**PROBLEM STATEMENT:** Transcribe the lines from the start of the data below through the line with "f 61 119 122", word for word and nothing more.
"""
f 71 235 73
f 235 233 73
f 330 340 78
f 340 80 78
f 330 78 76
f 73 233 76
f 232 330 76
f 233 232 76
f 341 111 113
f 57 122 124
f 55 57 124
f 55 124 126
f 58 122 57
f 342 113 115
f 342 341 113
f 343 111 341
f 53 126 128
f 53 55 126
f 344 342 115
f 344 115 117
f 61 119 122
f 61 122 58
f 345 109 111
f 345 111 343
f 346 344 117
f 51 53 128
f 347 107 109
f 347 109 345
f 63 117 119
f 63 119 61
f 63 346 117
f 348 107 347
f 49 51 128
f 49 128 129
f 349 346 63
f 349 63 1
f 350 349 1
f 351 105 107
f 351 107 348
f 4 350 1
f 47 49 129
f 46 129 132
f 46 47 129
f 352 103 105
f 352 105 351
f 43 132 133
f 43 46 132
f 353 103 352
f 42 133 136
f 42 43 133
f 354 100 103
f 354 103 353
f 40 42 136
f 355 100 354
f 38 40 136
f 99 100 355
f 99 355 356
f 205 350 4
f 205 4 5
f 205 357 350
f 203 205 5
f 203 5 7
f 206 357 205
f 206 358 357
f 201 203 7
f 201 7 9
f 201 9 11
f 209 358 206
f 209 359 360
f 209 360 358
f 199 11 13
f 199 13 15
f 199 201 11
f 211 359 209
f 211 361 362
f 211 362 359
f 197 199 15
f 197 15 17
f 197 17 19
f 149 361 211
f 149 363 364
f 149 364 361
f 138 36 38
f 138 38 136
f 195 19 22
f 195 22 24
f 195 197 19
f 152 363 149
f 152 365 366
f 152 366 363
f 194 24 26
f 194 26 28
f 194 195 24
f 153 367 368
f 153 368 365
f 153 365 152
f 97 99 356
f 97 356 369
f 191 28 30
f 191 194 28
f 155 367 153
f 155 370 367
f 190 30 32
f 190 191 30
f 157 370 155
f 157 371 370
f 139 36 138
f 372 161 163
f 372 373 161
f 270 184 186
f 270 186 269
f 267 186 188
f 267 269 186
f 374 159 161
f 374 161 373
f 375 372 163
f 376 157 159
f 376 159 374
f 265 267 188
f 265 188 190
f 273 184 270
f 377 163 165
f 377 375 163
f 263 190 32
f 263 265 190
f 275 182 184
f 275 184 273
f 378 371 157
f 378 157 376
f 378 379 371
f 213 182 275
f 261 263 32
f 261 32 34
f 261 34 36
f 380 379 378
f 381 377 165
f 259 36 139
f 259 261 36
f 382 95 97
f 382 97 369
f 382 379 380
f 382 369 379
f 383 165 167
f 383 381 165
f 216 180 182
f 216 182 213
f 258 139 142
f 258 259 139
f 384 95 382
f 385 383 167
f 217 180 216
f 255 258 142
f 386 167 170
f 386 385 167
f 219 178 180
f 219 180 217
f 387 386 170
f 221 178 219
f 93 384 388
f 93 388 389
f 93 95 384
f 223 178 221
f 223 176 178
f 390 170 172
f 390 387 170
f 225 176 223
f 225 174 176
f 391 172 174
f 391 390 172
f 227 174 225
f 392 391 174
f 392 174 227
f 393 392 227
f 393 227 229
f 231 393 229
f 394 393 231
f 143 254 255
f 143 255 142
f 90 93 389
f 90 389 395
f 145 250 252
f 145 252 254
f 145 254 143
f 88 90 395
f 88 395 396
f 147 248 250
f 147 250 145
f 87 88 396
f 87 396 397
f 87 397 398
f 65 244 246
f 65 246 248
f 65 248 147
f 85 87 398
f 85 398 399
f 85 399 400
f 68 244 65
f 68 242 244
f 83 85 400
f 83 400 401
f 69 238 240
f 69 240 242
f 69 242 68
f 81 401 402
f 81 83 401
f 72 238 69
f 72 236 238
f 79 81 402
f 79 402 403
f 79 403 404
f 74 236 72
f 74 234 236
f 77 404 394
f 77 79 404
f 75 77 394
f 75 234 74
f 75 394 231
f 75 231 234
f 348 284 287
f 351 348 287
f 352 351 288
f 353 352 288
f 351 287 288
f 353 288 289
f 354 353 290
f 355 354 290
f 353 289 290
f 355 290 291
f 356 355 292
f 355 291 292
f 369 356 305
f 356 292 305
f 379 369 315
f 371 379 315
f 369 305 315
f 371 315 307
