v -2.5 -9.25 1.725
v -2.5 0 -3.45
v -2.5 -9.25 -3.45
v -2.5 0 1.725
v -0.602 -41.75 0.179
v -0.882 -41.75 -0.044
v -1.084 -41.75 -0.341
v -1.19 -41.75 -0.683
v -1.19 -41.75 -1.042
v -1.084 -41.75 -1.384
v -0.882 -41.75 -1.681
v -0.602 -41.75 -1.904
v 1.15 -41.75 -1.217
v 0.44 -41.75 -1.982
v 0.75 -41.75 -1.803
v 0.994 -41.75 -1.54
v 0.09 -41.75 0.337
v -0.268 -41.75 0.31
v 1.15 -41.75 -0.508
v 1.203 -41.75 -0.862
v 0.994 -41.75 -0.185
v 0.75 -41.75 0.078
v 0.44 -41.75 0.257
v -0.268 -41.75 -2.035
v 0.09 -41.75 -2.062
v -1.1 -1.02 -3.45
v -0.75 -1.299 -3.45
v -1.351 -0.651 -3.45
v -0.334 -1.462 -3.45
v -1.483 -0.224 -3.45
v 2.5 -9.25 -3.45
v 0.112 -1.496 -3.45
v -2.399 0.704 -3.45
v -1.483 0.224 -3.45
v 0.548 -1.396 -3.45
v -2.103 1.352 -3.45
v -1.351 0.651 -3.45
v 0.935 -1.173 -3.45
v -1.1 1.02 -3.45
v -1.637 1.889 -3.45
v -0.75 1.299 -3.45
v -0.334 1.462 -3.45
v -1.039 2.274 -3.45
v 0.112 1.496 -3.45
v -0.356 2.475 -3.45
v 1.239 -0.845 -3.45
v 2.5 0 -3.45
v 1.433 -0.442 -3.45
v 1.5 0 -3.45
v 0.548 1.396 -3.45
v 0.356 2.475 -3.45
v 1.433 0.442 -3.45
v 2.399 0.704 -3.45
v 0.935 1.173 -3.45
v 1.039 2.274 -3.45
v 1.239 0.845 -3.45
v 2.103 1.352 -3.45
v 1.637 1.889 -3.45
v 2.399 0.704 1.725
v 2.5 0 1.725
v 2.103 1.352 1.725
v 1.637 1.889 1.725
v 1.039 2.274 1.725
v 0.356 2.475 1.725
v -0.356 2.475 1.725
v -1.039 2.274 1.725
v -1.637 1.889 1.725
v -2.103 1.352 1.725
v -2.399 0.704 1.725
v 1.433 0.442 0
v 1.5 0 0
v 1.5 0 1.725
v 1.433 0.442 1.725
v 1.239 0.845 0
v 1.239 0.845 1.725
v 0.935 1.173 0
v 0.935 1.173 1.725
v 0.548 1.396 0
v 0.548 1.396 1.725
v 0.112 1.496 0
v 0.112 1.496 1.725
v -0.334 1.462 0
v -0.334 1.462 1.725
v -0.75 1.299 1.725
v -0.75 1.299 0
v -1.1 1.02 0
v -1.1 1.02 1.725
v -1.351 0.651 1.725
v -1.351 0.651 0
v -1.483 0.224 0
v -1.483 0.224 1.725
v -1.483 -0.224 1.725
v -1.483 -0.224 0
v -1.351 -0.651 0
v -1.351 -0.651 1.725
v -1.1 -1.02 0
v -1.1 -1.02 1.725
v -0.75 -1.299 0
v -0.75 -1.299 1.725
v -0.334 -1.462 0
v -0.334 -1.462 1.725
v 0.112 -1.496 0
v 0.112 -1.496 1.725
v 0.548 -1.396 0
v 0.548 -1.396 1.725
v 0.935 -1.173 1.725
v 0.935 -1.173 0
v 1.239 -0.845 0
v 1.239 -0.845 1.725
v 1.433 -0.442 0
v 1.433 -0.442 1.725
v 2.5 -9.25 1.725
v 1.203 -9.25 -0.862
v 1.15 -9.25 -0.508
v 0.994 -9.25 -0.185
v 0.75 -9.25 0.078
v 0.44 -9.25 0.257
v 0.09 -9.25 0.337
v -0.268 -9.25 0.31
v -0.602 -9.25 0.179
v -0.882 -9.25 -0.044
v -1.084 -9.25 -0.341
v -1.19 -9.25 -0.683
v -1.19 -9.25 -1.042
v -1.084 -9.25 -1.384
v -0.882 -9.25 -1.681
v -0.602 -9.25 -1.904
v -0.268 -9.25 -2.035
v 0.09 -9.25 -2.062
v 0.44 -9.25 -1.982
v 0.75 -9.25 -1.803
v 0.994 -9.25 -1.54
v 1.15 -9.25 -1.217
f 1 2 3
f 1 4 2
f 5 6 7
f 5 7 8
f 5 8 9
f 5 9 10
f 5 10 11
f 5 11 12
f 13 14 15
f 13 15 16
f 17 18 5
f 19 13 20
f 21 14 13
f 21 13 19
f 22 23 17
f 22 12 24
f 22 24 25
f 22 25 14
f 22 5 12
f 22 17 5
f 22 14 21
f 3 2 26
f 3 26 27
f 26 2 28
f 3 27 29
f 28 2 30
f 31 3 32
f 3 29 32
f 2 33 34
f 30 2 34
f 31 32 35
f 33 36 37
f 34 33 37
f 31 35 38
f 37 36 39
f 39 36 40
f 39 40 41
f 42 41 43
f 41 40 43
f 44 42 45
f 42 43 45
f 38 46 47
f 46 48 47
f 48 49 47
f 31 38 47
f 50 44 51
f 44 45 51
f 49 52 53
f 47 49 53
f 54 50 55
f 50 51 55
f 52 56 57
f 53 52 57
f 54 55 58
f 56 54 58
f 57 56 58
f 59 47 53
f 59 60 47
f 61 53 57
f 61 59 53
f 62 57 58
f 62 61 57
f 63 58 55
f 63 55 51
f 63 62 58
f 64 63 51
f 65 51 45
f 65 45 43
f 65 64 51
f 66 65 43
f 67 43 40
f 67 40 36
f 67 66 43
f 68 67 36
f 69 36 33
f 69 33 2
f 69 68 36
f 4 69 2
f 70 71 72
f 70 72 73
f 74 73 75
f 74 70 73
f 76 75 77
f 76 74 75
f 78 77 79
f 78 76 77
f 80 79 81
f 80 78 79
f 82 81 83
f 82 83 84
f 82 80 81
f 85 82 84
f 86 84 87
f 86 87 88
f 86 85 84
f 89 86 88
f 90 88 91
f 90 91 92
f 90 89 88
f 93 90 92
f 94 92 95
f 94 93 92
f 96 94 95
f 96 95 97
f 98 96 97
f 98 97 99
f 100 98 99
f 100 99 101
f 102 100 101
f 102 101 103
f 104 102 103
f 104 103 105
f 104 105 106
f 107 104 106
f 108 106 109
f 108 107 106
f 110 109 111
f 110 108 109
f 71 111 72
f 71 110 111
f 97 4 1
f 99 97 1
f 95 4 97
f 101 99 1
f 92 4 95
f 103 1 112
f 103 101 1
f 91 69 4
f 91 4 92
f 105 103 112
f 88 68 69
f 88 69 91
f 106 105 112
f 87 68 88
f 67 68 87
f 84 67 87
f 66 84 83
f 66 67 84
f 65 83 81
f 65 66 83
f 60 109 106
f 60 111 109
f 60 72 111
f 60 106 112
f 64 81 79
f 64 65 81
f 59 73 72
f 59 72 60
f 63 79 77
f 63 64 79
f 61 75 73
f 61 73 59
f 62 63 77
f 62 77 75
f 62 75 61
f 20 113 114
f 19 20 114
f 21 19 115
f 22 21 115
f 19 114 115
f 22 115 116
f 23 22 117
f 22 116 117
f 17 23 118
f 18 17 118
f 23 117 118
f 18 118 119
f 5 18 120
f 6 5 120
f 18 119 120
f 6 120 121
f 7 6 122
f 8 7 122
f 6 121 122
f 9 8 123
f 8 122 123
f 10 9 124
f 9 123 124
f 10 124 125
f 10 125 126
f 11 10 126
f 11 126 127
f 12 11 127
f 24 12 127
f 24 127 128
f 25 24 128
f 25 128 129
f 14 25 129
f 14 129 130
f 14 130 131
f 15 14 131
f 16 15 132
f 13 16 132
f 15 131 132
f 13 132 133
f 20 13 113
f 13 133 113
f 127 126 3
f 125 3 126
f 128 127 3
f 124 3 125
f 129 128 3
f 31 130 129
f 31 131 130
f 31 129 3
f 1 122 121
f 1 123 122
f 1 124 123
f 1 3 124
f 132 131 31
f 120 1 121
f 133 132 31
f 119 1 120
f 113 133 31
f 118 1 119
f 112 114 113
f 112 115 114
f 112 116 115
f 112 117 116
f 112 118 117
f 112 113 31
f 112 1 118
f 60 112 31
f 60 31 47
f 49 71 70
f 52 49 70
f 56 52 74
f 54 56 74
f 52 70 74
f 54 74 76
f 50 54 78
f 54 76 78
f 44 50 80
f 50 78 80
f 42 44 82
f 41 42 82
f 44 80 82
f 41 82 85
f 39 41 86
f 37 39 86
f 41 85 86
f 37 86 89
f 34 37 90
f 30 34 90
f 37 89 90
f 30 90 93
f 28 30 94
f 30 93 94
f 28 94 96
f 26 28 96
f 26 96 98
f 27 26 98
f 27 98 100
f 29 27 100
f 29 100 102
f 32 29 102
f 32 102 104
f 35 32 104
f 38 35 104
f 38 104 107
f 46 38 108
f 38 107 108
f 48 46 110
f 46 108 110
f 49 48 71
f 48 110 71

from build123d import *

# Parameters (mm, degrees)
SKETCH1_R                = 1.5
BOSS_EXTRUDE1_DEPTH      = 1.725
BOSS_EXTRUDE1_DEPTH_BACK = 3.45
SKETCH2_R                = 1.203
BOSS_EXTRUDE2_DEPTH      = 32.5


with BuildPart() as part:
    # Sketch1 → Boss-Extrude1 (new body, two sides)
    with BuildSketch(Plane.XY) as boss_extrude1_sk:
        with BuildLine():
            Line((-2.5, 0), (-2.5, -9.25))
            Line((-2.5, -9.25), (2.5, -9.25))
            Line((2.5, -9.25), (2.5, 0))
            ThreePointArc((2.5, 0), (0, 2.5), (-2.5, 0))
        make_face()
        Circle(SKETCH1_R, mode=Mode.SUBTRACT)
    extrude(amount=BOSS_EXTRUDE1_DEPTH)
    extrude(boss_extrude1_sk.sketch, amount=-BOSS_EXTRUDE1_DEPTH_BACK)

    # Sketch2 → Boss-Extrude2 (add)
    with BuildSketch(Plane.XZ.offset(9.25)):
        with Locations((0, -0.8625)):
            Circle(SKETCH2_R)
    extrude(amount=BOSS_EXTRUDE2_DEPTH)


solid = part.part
"""
**RESPONSE BOX:**
f 71 235 73
f 235 233 73
f 330 340 78
f 340 80 78
f 330 78 76
f 73 233 76
f 232 330 76
f 233 232 76
f 341 111 113
f 57 122 124
f 55 57 124
f 55 124 126
f 58 122 57
f 342 113 115
f 342 341 113
f 343 111 341
f 53 126 128
f 53 55 126
f 344 342 115
f 344 115 117
f 61 119 122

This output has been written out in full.